Data-Efficient Policy Selection for Navigation in Partial Maps via Subgoal-Based Abstraction
Abhishek Paudel, Gregory J. Stein
TL;DR
This work addresses fast, reliable policy selection for goal-directed navigation in partially mapped environments by combining offline alt-policy replay with Learning over Subgoals Planning (LSP). The method computes lower bounds on how alternative policies would have performed using data collected during deployment and uses these bounds in a constrained UCB bandit to accelerate convergence and reduce cumulative regret. Experiments in simulated maze and office-like environments show substantial improvements (67%–96% reductions in regret) over a baseline bandit approach, even with limited prior knowledge about unseen spaces. The approach leverages LSP's subgoal-based, pose-robust planning to enable reliable offline replay and practical data efficiency for deployment-time policy selection.
Abstract
We present a novel approach for fast and reliable policy selection for navigation in partial maps.
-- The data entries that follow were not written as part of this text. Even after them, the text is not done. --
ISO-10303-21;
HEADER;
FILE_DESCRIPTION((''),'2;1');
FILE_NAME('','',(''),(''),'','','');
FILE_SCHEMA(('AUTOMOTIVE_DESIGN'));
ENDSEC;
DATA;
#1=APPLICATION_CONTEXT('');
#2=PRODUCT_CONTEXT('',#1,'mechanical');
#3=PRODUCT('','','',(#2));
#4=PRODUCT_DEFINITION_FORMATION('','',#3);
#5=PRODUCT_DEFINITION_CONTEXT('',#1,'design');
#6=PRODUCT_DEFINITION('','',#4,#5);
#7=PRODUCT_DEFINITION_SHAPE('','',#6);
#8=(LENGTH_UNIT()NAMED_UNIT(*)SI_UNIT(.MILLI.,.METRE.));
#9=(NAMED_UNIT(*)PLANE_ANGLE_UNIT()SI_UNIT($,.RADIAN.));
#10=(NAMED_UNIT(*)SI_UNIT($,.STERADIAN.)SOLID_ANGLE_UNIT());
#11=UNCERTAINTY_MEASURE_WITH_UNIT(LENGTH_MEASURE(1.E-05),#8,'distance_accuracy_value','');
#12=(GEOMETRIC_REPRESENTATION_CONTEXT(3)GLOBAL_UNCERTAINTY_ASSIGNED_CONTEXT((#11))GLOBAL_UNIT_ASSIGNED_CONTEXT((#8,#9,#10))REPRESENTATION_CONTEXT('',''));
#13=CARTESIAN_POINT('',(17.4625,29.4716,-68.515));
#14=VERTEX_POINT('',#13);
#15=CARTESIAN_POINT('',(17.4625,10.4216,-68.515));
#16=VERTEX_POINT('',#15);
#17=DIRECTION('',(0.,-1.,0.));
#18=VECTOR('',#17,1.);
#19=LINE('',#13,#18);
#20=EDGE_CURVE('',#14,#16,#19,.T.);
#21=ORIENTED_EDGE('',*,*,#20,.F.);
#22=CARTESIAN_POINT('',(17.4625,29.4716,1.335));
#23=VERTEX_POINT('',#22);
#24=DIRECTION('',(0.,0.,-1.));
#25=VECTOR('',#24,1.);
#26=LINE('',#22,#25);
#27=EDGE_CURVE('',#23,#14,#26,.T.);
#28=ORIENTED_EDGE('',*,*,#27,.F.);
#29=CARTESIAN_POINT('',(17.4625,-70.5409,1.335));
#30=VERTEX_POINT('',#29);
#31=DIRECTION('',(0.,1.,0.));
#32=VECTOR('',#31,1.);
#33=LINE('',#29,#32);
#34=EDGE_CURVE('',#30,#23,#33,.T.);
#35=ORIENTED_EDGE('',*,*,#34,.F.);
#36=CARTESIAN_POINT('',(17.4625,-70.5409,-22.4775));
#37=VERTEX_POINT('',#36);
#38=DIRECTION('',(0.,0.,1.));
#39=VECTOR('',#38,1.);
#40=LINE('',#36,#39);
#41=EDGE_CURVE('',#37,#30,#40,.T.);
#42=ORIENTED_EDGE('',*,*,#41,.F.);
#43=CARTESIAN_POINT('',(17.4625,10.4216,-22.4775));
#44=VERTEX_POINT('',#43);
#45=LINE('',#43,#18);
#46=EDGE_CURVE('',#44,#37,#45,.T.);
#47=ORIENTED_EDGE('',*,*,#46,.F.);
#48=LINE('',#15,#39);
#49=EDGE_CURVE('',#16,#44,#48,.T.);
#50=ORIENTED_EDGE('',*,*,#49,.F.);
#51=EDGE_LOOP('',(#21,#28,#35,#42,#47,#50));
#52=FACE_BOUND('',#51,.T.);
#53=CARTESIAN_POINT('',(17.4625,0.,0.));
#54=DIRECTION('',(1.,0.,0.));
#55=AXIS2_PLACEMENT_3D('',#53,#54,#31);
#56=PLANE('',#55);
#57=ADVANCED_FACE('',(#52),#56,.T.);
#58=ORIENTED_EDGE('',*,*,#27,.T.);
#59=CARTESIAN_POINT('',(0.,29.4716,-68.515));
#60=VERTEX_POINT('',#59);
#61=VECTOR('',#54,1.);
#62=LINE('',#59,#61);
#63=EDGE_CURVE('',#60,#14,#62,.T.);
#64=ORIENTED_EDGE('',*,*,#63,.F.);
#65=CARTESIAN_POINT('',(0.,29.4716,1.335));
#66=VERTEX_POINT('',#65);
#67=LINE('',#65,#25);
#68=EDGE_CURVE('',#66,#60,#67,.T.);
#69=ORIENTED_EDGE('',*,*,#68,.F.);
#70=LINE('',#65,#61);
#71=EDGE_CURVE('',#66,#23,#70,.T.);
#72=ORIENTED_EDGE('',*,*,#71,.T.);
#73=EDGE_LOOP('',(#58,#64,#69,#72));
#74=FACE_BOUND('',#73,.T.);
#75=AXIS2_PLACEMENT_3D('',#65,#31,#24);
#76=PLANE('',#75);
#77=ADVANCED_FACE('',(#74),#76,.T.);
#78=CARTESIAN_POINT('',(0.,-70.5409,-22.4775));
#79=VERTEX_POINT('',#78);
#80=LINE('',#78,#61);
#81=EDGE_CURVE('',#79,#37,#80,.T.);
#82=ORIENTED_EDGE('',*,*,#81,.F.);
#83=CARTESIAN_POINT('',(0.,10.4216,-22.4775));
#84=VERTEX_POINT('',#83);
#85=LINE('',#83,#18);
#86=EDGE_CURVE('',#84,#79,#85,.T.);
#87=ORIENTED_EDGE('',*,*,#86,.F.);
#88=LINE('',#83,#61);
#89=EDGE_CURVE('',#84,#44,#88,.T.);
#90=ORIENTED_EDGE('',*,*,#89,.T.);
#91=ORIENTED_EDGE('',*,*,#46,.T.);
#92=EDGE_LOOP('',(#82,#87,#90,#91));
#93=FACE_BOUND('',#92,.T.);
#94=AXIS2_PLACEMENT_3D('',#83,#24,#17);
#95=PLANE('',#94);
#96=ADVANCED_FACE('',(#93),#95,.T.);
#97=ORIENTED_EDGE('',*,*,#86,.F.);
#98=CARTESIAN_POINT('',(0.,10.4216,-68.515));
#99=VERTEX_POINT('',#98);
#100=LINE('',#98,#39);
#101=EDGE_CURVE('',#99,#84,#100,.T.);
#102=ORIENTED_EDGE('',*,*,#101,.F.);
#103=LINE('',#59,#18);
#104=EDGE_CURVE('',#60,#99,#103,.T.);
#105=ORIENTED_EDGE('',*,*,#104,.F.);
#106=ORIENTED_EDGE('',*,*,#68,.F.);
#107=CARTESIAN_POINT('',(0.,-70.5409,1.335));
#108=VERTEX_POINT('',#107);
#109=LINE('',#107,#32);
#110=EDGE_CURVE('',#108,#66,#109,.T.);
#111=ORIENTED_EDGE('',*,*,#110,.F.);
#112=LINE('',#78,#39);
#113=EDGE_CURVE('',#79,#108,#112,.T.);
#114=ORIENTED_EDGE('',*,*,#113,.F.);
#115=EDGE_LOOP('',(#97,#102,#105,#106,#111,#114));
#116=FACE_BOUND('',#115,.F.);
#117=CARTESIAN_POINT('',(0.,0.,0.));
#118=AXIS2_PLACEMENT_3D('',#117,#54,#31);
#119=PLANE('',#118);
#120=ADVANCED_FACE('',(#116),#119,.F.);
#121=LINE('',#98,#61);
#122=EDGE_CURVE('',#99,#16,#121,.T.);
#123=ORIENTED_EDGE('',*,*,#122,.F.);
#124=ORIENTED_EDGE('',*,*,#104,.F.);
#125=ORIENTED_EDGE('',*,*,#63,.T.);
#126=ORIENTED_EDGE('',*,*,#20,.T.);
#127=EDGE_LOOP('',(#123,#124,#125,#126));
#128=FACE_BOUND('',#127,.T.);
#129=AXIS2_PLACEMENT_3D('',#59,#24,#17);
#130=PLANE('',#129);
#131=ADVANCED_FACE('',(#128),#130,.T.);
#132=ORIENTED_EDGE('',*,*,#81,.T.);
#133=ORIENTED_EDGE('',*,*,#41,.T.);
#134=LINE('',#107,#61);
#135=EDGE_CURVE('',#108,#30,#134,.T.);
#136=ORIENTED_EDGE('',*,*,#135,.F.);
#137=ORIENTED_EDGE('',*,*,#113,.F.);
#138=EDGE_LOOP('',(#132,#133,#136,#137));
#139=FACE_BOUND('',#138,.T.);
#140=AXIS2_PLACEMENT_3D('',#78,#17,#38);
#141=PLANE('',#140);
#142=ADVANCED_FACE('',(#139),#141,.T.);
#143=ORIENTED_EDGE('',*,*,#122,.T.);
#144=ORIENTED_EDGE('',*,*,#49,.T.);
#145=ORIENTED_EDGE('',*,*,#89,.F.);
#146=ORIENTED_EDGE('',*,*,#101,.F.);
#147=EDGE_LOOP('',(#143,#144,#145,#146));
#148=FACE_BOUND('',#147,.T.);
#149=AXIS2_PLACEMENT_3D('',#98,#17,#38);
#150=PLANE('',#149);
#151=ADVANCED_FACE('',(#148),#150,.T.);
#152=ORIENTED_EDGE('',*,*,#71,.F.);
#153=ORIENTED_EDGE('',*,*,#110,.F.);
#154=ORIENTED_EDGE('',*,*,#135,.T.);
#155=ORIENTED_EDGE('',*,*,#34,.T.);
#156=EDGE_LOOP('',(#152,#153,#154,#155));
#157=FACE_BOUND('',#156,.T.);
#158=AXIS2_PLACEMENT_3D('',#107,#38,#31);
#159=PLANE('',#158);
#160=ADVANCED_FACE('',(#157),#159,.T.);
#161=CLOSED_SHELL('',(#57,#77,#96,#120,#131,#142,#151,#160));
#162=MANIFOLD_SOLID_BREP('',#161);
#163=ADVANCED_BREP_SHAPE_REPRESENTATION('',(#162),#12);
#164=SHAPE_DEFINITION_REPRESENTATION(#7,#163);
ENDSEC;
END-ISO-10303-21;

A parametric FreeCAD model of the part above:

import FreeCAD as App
import Part
import Sketcher

V = App.Vector
Q = App.Units.Quantity


def add_polygon(sketch, points):
    """Adds a closed chain of lines whose ends are joined by coincident constraints."""
    first, n = sketch.GeometryCount, len(points)
    for a, b in zip(points, points[1:] + points[:1]):
        sketch.addGeometry(Part.LineSegment(App.Vector(*a, 0), App.Vector(*b, 0)), False)
    for i in range(n):
        sketch.addConstraint(Sketcher.Constraint("Coincident", first + i, 2, first + (i + 1) % n, 1))

doc = App.newDocument("Part")
params = doc.addObject("Spreadsheet::Sheet", "Params")
for row, (alias, value) in enumerate([
    ("sketch1_width", "0.75 in"),
    ("sketch1_height", "2.75 in"),
    ("sketch1_width2", "3.9375 in"),
    ("sketch1_height2", "0.9375 in"),
    ("pad1_length", "0.6875 in"),
], start=1):
    params.set(f"A{row}", alias)
    params.set(f"B{row}", "=" + value)
    params.setAlias(f"B{row}", alias)

body = doc.addObject("PartDesign::Body", "Body")

# Sketch on YZ plane
sketch1 = body.newObject("Sketcher::SketchObject", "Sketch")
sketch1.AttachmentSupport = (doc.getObject("YZ_Plane"), [""])
sketch1.MapMode = "FlatFace"
add_polygon(sketch1, [(29, -69), (29, 1), (-71, 1), (-71, -22), (10, -22), (10, -69)])  # lines 0-5
sketch1.addConstraint([
    Sketcher.Constraint("Vertical", 0),
    Sketcher.Constraint("Horizontal", 1),
    Sketcher.Constraint("Vertical", 2),
    Sketcher.Constraint("Horizontal", 3),
    Sketcher.Constraint("Vertical", 4),
    Sketcher.Constraint("Horizontal", 5),
    Sketcher.Constraint("DistanceX", 5, 1, 5, 2, Q("0.75 in")),
    Sketcher.Constraint("DistanceY", 0, 1, 0, 2, Q("2.75 in")),
    Sketcher.Constraint("DistanceX", 1, 2, 1, 1, Q("3.9375 in")),
    Sketcher.Constraint("DistanceY", 2, 2, 2, 1, Q("0.9375 in")),
    Sketcher.Constraint("DistanceX", -1, 1, 0, 2, Q("1.1603 in")),
    Sketcher.Constraint("DistanceY", -1, 1, 0, 2, 1.335),
])
sketch1.setExpression("Constraints[12]", "Params.sketch1_width")
sketch1.setExpression("Constraints[13]", "Params.sketch1_height")
sketch1.setExpression("Constraints[14]", "Params.sketch1_width2")
sketch1.setExpression("Constraints[15]", "Params.sketch1_height2")
pad1 = body.newObject("PartDesign::Pad", "Pad")
pad1.Profile = sketch1
pad1.setExpression("Length", "Params.pad1_length")

doc.recompute()
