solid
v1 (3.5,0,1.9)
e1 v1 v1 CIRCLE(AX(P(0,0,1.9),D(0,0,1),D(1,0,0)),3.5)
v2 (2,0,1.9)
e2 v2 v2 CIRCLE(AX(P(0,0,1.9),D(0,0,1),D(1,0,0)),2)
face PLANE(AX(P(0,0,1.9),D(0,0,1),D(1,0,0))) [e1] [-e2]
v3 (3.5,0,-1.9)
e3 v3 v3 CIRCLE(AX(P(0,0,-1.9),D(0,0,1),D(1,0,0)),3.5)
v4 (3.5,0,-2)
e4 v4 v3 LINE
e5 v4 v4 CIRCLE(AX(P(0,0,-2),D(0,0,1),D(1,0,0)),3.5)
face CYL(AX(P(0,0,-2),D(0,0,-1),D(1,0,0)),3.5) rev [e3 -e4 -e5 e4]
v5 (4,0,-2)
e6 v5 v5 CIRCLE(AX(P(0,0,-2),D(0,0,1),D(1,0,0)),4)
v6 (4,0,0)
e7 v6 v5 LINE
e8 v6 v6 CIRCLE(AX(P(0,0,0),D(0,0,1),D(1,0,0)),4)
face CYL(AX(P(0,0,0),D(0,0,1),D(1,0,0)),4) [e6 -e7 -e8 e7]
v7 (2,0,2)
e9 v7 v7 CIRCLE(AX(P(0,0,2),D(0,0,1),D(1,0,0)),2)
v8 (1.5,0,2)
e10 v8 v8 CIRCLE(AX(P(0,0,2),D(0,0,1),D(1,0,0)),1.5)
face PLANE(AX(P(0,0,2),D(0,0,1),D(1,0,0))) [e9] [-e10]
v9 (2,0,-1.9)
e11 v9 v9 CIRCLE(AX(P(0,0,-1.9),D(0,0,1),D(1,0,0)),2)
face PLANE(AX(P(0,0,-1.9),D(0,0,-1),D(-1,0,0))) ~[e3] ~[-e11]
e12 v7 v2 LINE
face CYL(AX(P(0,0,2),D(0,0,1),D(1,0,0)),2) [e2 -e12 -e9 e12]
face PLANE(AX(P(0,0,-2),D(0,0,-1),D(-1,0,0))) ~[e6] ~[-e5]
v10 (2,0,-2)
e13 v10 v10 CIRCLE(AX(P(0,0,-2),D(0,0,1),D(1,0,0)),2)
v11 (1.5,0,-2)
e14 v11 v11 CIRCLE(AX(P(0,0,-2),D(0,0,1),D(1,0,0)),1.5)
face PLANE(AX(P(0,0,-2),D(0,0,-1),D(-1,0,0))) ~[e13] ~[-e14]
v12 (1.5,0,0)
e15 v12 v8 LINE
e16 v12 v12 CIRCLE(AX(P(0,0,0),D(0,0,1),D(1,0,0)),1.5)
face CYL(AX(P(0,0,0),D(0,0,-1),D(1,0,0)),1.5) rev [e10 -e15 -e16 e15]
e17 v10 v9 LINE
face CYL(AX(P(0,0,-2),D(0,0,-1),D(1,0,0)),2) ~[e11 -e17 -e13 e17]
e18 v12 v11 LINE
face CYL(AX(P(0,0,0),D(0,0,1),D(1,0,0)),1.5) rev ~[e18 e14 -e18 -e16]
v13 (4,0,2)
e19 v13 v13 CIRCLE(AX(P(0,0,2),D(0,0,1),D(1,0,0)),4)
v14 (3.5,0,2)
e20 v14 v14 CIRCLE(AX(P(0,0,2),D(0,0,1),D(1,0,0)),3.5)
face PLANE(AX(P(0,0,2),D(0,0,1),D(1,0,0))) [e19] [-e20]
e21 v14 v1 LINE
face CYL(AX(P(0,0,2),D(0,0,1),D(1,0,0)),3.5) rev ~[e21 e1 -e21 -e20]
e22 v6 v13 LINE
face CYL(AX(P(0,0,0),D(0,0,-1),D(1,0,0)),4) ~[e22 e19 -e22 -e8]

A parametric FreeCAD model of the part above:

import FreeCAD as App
import Part
import Sketcher
from FreeCAD import Vector
Q = App.Units.Quantity

doc = App.newDocument("Part")
body = doc.addObject("PartDesign::Body", "Body")

sketch1 = doc.addObject("Sketcher::SketchObject", "Sketch")
body.addObject(sketch1)
sketch1.AttachmentSupport = (doc.XY_Plane, [""])
sketch1.MapMode = "FlatFace"
sketch1.addGeometry([
    Part.Circle(Vector(0, 0, 0), Vector(0, 0, 1), 4),
    Part.Circle(Vector(0, 0, 0), Vector(0, 0, 1), 1.5),
], False)
sketch1.addConstraint([
    Sketcher.Constraint("Coincident", 0, 3, -1, 1),
    Sketcher.Constraint("Coincident", 1, 3, -1, 1),
    Sketcher.Constraint("Diameter", 0, Q("8 mm")),
    Sketcher.Constraint("Diameter", 1, Q("3 mm")),
])
pad1 = doc.addObject("PartDesign::Pad", "Pad")
body.addObject(pad1)
pad1.Profile = sketch1
pad1.Length = 2

sketch2 = doc.addObject("Sketcher::SketchObject", "Sketch001")
body.addObject(sketch2)
sketch2.AttachmentSupport = (doc.XY_Plane, [""])
sketch2.MapMode = "FlatFace"
sketch2.AttachmentOffset = App.Placement(Vector(0, 0, 2), App.Rotation())
sketch2.addGeometry([
    Part.Circle(Vector(0, 0, 0), Vector(0, 0, 1), 3.5),
    Part.Circle(Vector(0, 0, 0), Vector(0, 0, 1), 2),
], False)
sketch2.addConstraint([
    Sketcher.Constraint("Coincident", 0, 3, -1, 1),
    Sketcher.Constraint("Coincident", 1, 3, -1, 1),
    Sketcher.Constraint("Diameter", 1, Q("4 mm")),
    Sketcher.Constraint("Diameter", 0, Q("7 mm")),
])
pocket1 = doc.addObject("PartDesign::Pocket", "Pocket")
body.addObject(pocket1)
pocket1.Profile = sketch2
pocket1.Length = 0.1
doc.recompute()

mirrored = doc.addObject("PartDesign::Mirrored", "Mirrored")
body.addObject(mirrored)
mirrored.Originals = [pad1, pocket1]
mirrored.MirrorPlane = (doc.XY_Plane, [""])
body.Tip = mirrored

doc.recompute()
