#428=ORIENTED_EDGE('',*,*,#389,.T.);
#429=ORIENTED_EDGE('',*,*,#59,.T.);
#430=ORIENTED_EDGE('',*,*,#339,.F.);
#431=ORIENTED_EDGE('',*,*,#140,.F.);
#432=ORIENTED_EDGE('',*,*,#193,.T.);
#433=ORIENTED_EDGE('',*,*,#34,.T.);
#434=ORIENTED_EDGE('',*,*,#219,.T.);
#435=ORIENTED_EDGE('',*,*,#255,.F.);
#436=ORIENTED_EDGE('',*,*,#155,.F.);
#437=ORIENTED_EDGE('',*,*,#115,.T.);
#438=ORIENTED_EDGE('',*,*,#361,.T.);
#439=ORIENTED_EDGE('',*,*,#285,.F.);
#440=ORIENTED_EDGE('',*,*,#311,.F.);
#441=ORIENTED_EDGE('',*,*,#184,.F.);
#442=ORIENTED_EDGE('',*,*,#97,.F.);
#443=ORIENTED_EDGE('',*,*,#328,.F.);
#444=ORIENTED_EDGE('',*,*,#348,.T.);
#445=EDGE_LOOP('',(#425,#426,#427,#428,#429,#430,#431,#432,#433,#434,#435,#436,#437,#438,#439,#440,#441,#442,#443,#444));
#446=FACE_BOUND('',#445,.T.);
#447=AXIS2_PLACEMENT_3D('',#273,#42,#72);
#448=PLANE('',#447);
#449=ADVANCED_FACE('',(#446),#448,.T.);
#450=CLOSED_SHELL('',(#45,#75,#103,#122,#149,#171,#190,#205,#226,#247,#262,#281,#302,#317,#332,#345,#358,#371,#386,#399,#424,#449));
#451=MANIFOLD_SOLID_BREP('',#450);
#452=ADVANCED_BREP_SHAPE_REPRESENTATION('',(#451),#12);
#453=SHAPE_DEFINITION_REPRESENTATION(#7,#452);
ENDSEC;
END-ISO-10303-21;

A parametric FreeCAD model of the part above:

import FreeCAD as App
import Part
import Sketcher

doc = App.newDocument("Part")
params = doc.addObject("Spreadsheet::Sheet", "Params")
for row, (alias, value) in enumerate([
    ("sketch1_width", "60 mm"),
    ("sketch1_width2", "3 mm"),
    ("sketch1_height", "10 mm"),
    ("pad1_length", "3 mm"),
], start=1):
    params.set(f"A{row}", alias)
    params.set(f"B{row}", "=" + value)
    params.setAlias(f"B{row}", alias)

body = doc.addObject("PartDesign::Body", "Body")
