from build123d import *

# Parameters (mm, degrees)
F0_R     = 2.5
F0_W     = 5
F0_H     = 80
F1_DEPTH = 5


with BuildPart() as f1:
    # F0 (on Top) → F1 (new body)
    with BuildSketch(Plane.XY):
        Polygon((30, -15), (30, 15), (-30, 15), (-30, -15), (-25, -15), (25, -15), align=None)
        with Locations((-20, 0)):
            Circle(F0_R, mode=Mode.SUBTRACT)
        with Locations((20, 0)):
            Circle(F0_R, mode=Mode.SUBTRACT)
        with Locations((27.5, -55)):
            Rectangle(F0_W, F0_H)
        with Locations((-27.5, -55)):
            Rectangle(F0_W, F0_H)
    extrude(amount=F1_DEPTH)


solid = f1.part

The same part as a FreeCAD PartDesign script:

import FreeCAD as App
import Part
import Sketcher
from FreeCAD import Vector


def add_polygon(sketch, points):
    """Adds a closed chain of lines whose ends are joined by coincident constraints."""
    first, n = sketch.GeometryCount, len(points)
    for a, b in zip(points, points[1:] + points[:1]):
        sketch.addGeometry(Part.LineSegment(App.Vector(*a, 0), App.Vector(*b, 0)), False)
    for i in range(n):
        sketch.addConstraint(Sketcher.Constraint("Coincident", first + i, 2, first + (i + 1) % n, 1))

doc = App.newDocument("Part")
params = doc.addObject("Spreadsheet::Sheet", "Params")
for row, (alias, value) in enumerate([
    ("sketch1_diameter", "5 mm"),
    ("sketch1_width", "60 mm"),
    ("sketch1_width2", "5 mm"),
    ("sketch1_height", "110 mm"),
    ("sketch1_height2", "80 mm"),
    ("pad1_length", "5 mm"),
], start=1):
    params.set(f"A{row}", alias)
    params.set(f"B{row}", "=" + value)
    params.setAlias(f"B{row}", alias)

body = doc.addObject("PartDesign::Body", "Body")

sketch1 = body.newObject("Sketcher::SketchObject", "Sketch")
sketch1.AttachmentSupport = (doc.getObject("XY_Plane"), [""])
sketch1.MapMode = "FlatFace"
add_polygon(sketch1, [(30, 15), (-30, 15), (-30, -95), (-25, -95), (-25, -15), (25, -15), (25, -95), (30, -95)])
sketch1.addGeometry(Part.Circle(Vector(-20, 0, 0), Vector(0, 0, 1), 2.5), False)
sketch1.addGeometry(Part.Circle(Vector(20, 0, 0), Vector(0, 0, 1), 2.5), False)
sketch1.addConstraint(Sketcher.Constraint("Horizontal", 0))
sketch1.addConstraint(Sketcher.Constraint("Vertical", 1))
sketch1.addConstraint(Sketcher.Constraint("Horizontal", 2))
sketch1.addConstraint(Sketcher.Constraint("Vertical", 3))
sketch1.addConstraint(Sketcher.Constraint("Horizontal", 4))
sketch1.addConstraint(Sketcher.Constraint("Vertical", 5))
sketch1.addConstraint(Sketcher.Constraint("Horizontal", 6))
sketch1.addConstraint(Sketcher.Constraint("Vertical", 7))
sketch1.addConstraint(Sketcher.Constraint("Equal", 8, 9))
sketch1.addConstraint(Sketcher.Constraint("Symmetric", 8, 3, 9, 3, -1, 1))
sketch1.addConstraint(Sketcher.Constraint("Symmetric", 2, 2, 5, 2, -2))
sketch1.addConstraint(Sketcher.Constraint("PointOnObject", 8, 3, -1))
sketch1.addConstraint(Sketcher.Constraint("Equal", 2, 6))
sketch1.addConstraint(Sketcher.Constraint("Diameter", 8, 5.0))
sketch1.addConstraint(Sketcher.Constraint("DistanceX", 0, 2, 0, 1, 60.0))
sketch1.addConstraint(Sketcher.Constraint("DistanceX", 2, 1, 2, 2, 5.0))
sketch1.addConstraint(Sketcher.Constraint("DistanceY", 1, 2, 1, 1, 110.0))
sketch1.addConstraint(Sketcher.Constraint("DistanceY", 3, 1, 3, 2, 80.0))
sketch1.addConstraint(Sketcher.Constraint("DistanceX", 8, 3, -1, 1, 20.0))
sketch1.addConstraint(Sketcher.Constraint("DistanceY", -1, 1, 0, 2, 15.0))
sketch1.setExpression("Constraints[21]", "Params.sketch1_diameter")
sketch1.setExpression("Constraints[22]", "Params.sketch1_width")
sketch1.setExpression("Constraints[23]", "Params.sketch1_width2")
sketch1.setExpression("Constraints[24]", "Params.sketch1_height")
sketch1.setExpression("Constraints[25]", "Params.sketch1_height2")
pad1 = body.newObject("PartDesign::Pad", "Pad")
pad1.Profile = sketch1
pad1.setExpression("Length", "Params.pad1_length")

doc.recompute()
Leveraging the recent learning-augmented model-based Learning over Subgoals Planning (LSP) abstraction to plan, our robot reuses data collected during navigation to evaluate how well other alternative policies could have performed via a procedure we call offline alt-policy replay. Costs from offline alt-policy replay constrain policy selection among the LSP-based policies during deployment, allowing for improvements in convergence speed, cumulative regret and average navigation cost. With only limited prior knowledge about the nature of unseen environments, we achieve at least 67% and as much as 96% improvements on cumulative regret over the baseline bandit approach in our experiments in simulated maze and office-like environments.